New York Federal Court Ignores Policy’s Uniquely Broad Wording in Favor of Following the Herd
The Northern District of New York recently awarded summary judgment to insurer Affiliated Factory Mutual Insurance Co. against Mohawk Gaming Enterprises, a casino and resort operated by the Saint Regis Mohawk Tribe located on the border of New York and Canada. Mohawk Gaming sued AFM seeking recovery of business income losses due to the COVID-19 pandemic. In granting the insurer’s motion, however, the court failed to consider all parts of the AFM policy, as required under New York law, and failed to afford meaning to specific language contained in the policy’s two communicable disease sections, each of which specifically contemplate that “communicable disease,” as defined and covered under the AFM policy, can cause loss and damage to property. Instead, the court followed other decisions from “numerous courts around the country,” each of which is based on inherently flawed reasoning (e.g., reliance on cases where no presence of virus was alleged or cases that clearly and broadly excluded loss caused by virus), to conclude that the presence of virus “is insufficient to trigger coverage when the policy’s language requires physical loss or physical damage.” In fact, a federal court in Texas recently rejected the very same reasoning employed in Mohawk Gaming after recognizing that the FM/AFM policy form “is much broader than [others] and expressly covers loss and damage caused by ‘communicable disease.’” See Cinemark Holdings, Inc. v. Factory Mut. Ins. Co., No. 4:21-cv-00011 (E.D. Tex. May 5, 2021).
Mohawk Gaming closed its casino to the public after an outbreak of COVID-19 was discovered at a college five miles away. It then filed a claim with AFM seeking to recover the business interruption losses that it incurred because of COVID-19. The AFM policy provides business interruption coverage for losses caused by “an order of civil or military authority [that] prohibits access to a location” if that order “is the direct result of physical damage of the type insured” at or within five miles of a covered location. Mohawk Gaming contended that COVID-19 caused “physical loss or damage” of the type insured by the policy and that, because COVID-19 was located within five miles of the casino, the business interruption coverage applied.

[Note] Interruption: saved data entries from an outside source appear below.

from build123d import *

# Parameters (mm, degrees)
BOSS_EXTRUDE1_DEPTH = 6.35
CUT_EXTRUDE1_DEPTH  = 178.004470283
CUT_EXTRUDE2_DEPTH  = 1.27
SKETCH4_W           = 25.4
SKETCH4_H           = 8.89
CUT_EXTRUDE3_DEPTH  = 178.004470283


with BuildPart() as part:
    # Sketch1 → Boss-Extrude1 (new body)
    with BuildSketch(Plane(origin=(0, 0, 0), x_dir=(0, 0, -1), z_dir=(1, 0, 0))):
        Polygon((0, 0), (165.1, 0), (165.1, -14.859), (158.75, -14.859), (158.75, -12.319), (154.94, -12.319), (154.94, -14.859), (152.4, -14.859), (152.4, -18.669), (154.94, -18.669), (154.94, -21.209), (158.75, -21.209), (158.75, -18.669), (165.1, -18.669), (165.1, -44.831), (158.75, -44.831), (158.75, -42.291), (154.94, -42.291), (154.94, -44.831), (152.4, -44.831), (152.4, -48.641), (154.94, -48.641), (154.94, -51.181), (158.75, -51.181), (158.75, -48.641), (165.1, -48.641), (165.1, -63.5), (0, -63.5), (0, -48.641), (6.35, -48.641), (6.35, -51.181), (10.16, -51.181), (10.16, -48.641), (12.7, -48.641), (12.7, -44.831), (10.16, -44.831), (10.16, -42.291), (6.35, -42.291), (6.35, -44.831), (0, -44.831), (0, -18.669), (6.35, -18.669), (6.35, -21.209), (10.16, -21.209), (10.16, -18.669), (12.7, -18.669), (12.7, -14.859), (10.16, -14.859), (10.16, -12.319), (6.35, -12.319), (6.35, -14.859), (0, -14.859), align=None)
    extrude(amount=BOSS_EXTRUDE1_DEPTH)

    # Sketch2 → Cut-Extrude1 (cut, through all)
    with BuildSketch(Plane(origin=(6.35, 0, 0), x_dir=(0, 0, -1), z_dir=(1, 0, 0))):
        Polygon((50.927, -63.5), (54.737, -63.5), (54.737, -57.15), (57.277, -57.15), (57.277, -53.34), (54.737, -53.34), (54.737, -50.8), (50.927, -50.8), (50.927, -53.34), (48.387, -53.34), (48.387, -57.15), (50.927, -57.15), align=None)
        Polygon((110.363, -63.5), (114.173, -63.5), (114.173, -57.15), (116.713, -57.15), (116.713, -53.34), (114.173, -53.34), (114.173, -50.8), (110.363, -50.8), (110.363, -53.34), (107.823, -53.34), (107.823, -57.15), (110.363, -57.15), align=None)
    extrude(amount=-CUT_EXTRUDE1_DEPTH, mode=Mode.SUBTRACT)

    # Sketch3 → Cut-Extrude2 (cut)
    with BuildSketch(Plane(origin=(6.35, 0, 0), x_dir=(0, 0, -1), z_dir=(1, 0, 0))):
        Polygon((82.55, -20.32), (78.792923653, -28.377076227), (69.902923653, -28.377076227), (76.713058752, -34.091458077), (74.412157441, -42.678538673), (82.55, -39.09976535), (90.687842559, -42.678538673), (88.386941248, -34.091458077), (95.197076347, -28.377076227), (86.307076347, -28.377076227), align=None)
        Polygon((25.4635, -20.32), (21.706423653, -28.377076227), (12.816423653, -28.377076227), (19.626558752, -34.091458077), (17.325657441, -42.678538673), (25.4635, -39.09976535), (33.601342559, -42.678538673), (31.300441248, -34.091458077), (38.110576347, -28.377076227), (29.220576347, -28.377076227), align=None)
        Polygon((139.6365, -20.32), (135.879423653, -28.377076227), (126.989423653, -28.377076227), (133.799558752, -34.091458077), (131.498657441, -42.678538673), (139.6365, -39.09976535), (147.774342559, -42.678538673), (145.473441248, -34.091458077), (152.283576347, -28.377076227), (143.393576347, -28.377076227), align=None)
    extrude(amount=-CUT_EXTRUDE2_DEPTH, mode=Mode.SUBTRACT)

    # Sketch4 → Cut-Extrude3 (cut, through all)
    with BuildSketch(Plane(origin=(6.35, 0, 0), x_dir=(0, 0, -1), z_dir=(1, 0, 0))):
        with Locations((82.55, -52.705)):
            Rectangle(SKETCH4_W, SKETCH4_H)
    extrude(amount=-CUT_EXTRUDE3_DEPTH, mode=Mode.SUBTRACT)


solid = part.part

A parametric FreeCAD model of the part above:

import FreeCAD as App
import Part
import Sketcher

V = App.Vector
Q = App.Units.Quantity

doc = App.newDocument("Part")
body = doc.addObject("PartDesign::Body", "Body")

sketch1 = body.newObject("Sketcher::SketchObject", "Sketch")
sketch1.AttachmentSupport = (doc.getObject("YZ_Plane"), [""])
sketch1.MapMode = "FlatFace"
sketch1.addGeometry([
    Part.LineSegment(V(0, -165.1, 0), V(0, 0, 0)),
    Part.LineSegment(V(0, 0, 0), V(-14.9, 0, 0)),
    Part.LineSegment(V(-14.9, 0, 0), V(-14.9, -6.3, 0)),
    Part.LineSegment(V(-14.9, -6.3, 0), V(-12.3, -6.3, 0)),
    Part.LineSegment(V(-12.3, -6.3, 0), V(-12.3, -10.2, 0)),
    Part.LineSegment(V(-12.3, -10.2, 0), V(-14.9, -10.2, 0)),
    Part.LineSegment(V(-14.9, -10.2, 0), V(-14.9, -12.7, 0)),
    Part.LineSegment(V(-14.9, -12.7, 0), V(-18.7, -12.7, 0)),
    Part.LineSegment(V(-18.7, -12.7, 0), V(-18.7, -10.2, 0)),
    Part.LineSegment(V(-18.7, -10.2, 0), V(-21.2, -10.2, 0)),
    Part.LineSegment(V(-21.2, -10.2, 0), V(-21.2, -6.3, 0)),
    Part.LineSegment(V(-21.2, -6.3, 0), V(-18.7, -6.3, 0)),
    Part.LineSegment(V(-18.7, -6.3, 0), V(-18.7, 0, 0)),
    Part.LineSegment(V(-18.7, 0, 0), V(-44.8, 0, 0)),
    Part.LineSegment(V(-44.8, 0, 0), V(-44.8, -6.3, 0)),
    Part.LineSegment(V(-44.8, -6.3, 0), V(-42.3, -6.3, 0)),
    Part.LineSegment(V(-42.3, -6.3, 0), V(-42.3, -10.2, 0)),
    Part.LineSegment(V(-42.3, -10.2, 0), V(-44.8, -10.2, 0)),
    Part.LineSegment(V(-44.8, -10.2, 0), V(-44.8, -12.7, 0)),
    Part.LineSegment(V(-44.8, -12.7, 0), V(-48.6, -12.7, 0)),
    Part.LineSegment(V(-48.6, -12.7, 0), V(-48.6, -10.2, 0)),
    Part.LineSegment(V(-48.6, -10.2, 0), V(-51.2, -10.2, 0)),
    Part.LineSegment(V(-51.2, -10.2, 0), V(-51.2, -6.3, 0)),
    Part.LineSegment(V(-51.2, -6.3, 0), V(-48.6, -6.3, 0)),
    Part.LineSegment(V(-48.6, -6.3, 0), V(-48.6, 0, 0)),
    Part.LineSegment(V(-48.6, 0, 0), V(-63.5, 0, 0)),
    Part.LineSegment(V(-63.5, 0, 0), V(-63.5, -165.1, 0)),
    Part.LineSegment(V(-63.5, -165.1, 0), V(-48.6, -165.1, 0)),
    Part.LineSegment(V(-48.6, -165.1, 0), V(-48.6, -158.8, 0)),
    Part.LineSegment(V(-48.6, -158.8, 0), V(-51.2, -158.8, 0)),
    Part.LineSegment(V(-51.2, -158.8, 0), V(-51.2, -154.9, 0)),
    Part.LineSegment(V(-51.2, -154.9, 0), V(-48.6, -154.9, 0)),
    Part.LineSegment(V(-48.6, -154.9, 0), V(-48.6, -152.4, 0)),
    Part.LineSegment(V(-48.6, -152.4, 0), V(-44.8, -152.4, 0)),
    Part.LineSegment(V(-44.8, -152.4, 0), V(-44.8, -154.9, 0)),
    Part.LineSegment(V(-44.8, -154.9, 0), V(-42.3, -154.9, 0)),
    Part.LineSegment(V(-42.3, -154.9, 0), V(-42.3, -158.8, 0)),
    Part.LineSegment(V(-42.3, -158.8, 0), V(-44.8, -158.8, 0)),
    Part.LineSegment(V(-44.8, -158.8, 0), V(-44.8, -165.1, 0)),
    Part.LineSegment(V(-44.8, -165.1, 0), V(-18.7, -165.1, 0)),
    Part.LineSegment(V(-18.7, -165.1, 0), V(-18.7, -158.8, 0)),
    Part.LineSegment(V(-18.7, -158.8, 0), V(-21.2, -158.8, 0)),
    Part.LineSegment(V(-21.2, -158.8, 0), V(-21.2, -154.9, 0)),
    Part.LineSegment(V(-21.2, -154.9, 0), V(-18.7, -154.9, 0)),
    Part.LineSegment(V(-18.7, -154.9, 0), V(-18.7, -152.4, 0)),
    Part.LineSegment(V(-18.7, -152.4, 0), V(-14.9, -152.4, 0)),
    Part.LineSegment(V(-14.9, -152.4, 0), V(-14.9, -154.9, 0)),
    Part.LineSegment(V(-14.9, -154.9, 0), V(-12.3, -154.9, 0)),
    Part.LineSegment(V(-12.3, -154.9, 0), V(-12.3, -158.8, 0)),
    Part.LineSegment(V(-12.3, -158.8, 0), V(-14.9, -158.8, 0)),
    Part.LineSegment(V(-14.9, -158.8, 0), V(-14.9, -165.1, 0)),
    Part.LineSegment(V(-14.9, -165.1, 0), V(0, -165.1, 0)),
], False)
sketch1.addConstraint([
    Sketcher.Constraint("Coincident", 0, 2, 1, 1),
    Sketcher.Constraint("Coincident", 1, 2, 2, 1),
    Sketcher.Constraint("Coincident", 2, 2, 3, 1),
    Sketcher.Constraint("Coincident", 3, 2, 4, 1),
    Sketcher.Constraint("Coincident", 4, 2, 5, 1),
    Sketcher.Constraint("Coincident", 5, 2, 6, 1),
    Sketcher.Constraint("Coincident", 6, 2, 7, 1),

In granting summary judgment to AFM, the court ruled that the meaning of “physical damage” unambiguously does not cover the “mere presence or spread of the novel coronavirus.” But as recognized by the court in Cinemark, and as explained above, the Mohawk Gaming decision clearly did not honor the specific wording of the AFM policy and, instead, defaulted to what insurers have been championing as the “overwhelming majority” of decisions in their favor. In New York and elsewhere, however, insurance coverage is not determined based on a “scoreboard.” It is based on the words and phrases actually used by the parties. Here, the insurer chose all of the words and phrases.
Even more egregiously than most, the Mohawk Gaming decision raises significant issues for appeal. First, as noted, the court failed to afford meaning to the policy’s two express acknowledgments that “communicable disease” – a term defined by AFM – can cause “loss or damage” to property. Second, because the Mohawk Gaming court missed the express acknowledgment that communicable disease may cause loss or damage to property, the court failed to contemplate that such loss or damage is “loss or damage of the type insured,” which triggers the policy’s valuable Time Element coverage for loss of business income that results from the presence of communicable disease. Third, the court was wrong to defer to “the great majority of courts that have addressed” the issue. Indeed, no “great majority” of courts addressed the issue under the uniquely broad FM/AFM policy prior to the court in Mohawk Gaming and, to date, only the court in Cinemark has squarely reconciled the policy’s express communicable disease provisions with the policy’s generally used phrase “loss or damage” to property. The only other decision to squarely analyze policy wording from the FM/AFM policy form (as opposed to merely looking to the scoreboard) is Thor Equities, LLC v. Factory Mutual Insurance Co., No. 20 Civ. 3380 (AT), 2021 WL 1226983 (S.D.N.Y. Mar. 31, 2021), where a federal court in New York rejected the insurer’s strained interpretations of the policy’s contamination exclusion, finding that provision to be ambiguous and, thus, not applicable to losses caused by COVID-19.